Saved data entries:
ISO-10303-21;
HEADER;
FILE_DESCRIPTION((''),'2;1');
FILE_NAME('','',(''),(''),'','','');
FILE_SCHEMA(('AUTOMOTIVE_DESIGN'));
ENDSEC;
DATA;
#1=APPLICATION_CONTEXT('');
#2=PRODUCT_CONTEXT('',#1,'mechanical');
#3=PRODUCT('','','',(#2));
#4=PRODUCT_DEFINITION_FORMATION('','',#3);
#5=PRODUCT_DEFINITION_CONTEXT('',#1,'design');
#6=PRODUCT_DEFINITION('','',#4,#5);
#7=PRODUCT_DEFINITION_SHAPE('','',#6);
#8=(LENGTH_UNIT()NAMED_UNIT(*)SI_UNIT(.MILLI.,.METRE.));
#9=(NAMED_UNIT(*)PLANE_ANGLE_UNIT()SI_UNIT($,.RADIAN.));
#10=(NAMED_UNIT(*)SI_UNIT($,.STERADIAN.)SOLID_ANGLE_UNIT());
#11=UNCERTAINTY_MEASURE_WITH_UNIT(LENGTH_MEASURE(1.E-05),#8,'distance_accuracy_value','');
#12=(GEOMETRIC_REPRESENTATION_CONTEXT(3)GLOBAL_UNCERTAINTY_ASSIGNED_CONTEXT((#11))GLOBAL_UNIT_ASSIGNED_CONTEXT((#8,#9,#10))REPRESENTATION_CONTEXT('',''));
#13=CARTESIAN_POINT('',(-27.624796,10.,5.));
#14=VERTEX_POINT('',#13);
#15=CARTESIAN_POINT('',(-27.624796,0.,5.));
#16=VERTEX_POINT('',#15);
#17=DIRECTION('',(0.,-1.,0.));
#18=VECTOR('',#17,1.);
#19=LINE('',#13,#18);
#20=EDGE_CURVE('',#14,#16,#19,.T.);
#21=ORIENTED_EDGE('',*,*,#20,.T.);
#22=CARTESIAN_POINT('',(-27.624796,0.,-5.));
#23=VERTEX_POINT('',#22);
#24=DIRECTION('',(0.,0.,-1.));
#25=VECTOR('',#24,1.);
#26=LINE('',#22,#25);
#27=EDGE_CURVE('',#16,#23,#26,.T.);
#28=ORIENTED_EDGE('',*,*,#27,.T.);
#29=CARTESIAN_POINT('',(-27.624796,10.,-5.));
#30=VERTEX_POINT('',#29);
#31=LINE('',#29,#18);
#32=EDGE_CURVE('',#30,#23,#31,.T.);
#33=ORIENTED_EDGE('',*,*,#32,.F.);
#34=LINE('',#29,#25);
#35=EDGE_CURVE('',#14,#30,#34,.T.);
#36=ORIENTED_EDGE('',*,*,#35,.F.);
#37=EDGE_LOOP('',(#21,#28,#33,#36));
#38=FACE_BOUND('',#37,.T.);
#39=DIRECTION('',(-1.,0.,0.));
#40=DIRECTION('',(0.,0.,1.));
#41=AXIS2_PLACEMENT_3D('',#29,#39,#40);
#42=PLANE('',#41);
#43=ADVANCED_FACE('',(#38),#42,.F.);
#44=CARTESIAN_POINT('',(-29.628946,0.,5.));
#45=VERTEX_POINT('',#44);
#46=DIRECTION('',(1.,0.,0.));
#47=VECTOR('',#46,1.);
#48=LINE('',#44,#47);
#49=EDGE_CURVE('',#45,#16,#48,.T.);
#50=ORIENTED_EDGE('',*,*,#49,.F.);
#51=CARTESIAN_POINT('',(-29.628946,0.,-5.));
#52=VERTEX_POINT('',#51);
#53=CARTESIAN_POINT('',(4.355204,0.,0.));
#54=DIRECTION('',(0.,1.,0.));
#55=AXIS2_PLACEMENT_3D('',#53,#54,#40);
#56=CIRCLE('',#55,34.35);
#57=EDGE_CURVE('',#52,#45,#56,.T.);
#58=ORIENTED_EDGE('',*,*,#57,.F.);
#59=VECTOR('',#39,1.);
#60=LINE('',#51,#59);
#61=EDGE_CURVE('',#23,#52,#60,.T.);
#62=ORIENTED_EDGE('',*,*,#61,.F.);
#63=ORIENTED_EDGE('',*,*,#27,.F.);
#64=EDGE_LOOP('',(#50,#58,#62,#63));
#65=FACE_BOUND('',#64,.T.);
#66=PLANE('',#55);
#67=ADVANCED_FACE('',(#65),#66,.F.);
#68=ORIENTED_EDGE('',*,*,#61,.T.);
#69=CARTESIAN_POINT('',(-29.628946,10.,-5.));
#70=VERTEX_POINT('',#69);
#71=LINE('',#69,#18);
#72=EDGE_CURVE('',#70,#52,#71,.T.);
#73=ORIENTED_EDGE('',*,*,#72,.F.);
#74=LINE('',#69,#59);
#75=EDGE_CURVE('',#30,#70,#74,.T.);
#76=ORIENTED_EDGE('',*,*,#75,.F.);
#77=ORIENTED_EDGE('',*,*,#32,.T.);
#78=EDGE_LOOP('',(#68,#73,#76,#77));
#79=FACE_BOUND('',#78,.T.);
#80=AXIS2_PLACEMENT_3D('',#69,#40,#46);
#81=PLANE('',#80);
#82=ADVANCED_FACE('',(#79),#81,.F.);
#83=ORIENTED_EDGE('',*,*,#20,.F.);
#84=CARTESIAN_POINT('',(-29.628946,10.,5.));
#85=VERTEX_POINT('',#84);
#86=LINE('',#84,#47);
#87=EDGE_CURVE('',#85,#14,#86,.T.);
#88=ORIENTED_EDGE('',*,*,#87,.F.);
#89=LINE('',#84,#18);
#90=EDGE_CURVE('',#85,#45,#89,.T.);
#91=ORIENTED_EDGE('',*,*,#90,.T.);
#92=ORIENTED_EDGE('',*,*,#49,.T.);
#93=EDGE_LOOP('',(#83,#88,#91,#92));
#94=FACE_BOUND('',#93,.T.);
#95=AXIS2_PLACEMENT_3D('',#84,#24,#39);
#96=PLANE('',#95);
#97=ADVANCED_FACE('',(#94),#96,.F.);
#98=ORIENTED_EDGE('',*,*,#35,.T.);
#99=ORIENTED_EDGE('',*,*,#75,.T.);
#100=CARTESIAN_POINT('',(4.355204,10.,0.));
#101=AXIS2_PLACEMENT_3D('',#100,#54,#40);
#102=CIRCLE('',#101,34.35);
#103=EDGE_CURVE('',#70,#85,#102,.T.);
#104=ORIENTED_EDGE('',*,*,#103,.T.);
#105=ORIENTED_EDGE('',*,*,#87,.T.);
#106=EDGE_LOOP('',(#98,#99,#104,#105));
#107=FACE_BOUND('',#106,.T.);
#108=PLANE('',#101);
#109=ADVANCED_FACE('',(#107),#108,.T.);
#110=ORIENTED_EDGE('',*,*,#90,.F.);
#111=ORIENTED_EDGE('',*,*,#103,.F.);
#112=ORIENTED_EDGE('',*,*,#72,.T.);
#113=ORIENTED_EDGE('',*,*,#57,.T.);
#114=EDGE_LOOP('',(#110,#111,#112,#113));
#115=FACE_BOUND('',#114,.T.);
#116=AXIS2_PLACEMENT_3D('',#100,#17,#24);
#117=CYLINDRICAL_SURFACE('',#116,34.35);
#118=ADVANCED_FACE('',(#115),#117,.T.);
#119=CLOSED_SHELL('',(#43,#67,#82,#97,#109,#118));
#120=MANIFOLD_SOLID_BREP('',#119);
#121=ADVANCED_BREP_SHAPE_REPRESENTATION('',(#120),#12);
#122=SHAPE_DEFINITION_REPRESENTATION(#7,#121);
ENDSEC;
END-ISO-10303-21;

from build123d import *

# Parameters (mm, degrees)
EXTRUDE_1_DEPTH = 10


with BuildPart() as part:
    # 草图1 → 凸台-拉伸1 (new body)
    with BuildSketch(Plane(origin=(0, 0, 0), x_dir=(1, 0, 0), z_dir=(0, 1, 0))):
        with BuildLine():
            Line((-29.628946383, 5), (-27.624795665, 5))
            Line((-27.624795665, 5), (-27.624795665, -5))
            Line((-27.624795665, -5), (-29.628946383, -5))
            ThreePointArc((-29.628946383, -5), (-29.994795665, 0), (-29.628946383, 5))
        make_face()
    extrude(amount=EXTRUDE_1_DEPTH)


solid = part.part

Task description: The first line of the entries above and every line after it, up to and including the line with "#22=CARTESIAN_POINT('',(-27.624796,0.,-5.));", should be set down exactly.

Reply:
ISO-10303-21;
HEADER;
FILE_DESCRIPTION((''),'2;1');
FILE_NAME('','',(''),(''),'','','');
FILE_SCHEMA(('AUTOMOTIVE_DESIGN'));
ENDSEC;
DATA;
#1=APPLICATION_CONTEXT('');
#2=PRODUCT_CONTEXT('',#1,'mechanical');
#3=PRODUCT('','','',(#2));
#4=PRODUCT_DEFINITION_FORMATION('','',#3);
#5=PRODUCT_DEFINITION_CONTEXT('',#1,'design');
#6=PRODUCT_DEFINITION('','',#4,#5);
#7=PRODUCT_DEFINITION_SHAPE('','',#6);
#8=(LENGTH_UNIT()NAMED_UNIT(*)SI_UNIT(.MILLI.,.METRE.));
#9=(NAMED_UNIT(*)PLANE_ANGLE_UNIT()SI_UNIT($,.RADIAN.));
#10=(NAMED_UNIT(*)SI_UNIT($,.STERADIAN.)SOLID_ANGLE_UNIT());
#11=UNCERTAINTY_MEASURE_WITH_UNIT(LENGTH_MEASURE(1.E-05),#8,'distance_accuracy_value','');
#12=(GEOMETRIC_REPRESENTATION_CONTEXT(3)GLOBAL_UNCERTAINTY_ASSIGNED_CONTEXT((#11))GLOBAL_UNIT_ASSIGNED_CONTEXT((#8,#9,#10))REPRESENTATION_CONTEXT('',''));
#13=CARTESIAN_POINT('',(-27.624796,10.,5.));
#14=VERTEX_POINT('',#13);
#15=CARTESIAN_POINT('',(-27.624796,0.,5.));
#16=VERTEX_POINT('',#15);
#17=DIRECTION('',(0.,-1.,0.));
#18=VECTOR('',#17,1.);
#19=LINE('',#13,#18);
#20=EDGE_CURVE('',#14,#16,#19,.T.);
#21=ORIENTED_EDGE('',*,*,#20,.T.);
#22=CARTESIAN_POINT('',(-27.624796,0.,-5.));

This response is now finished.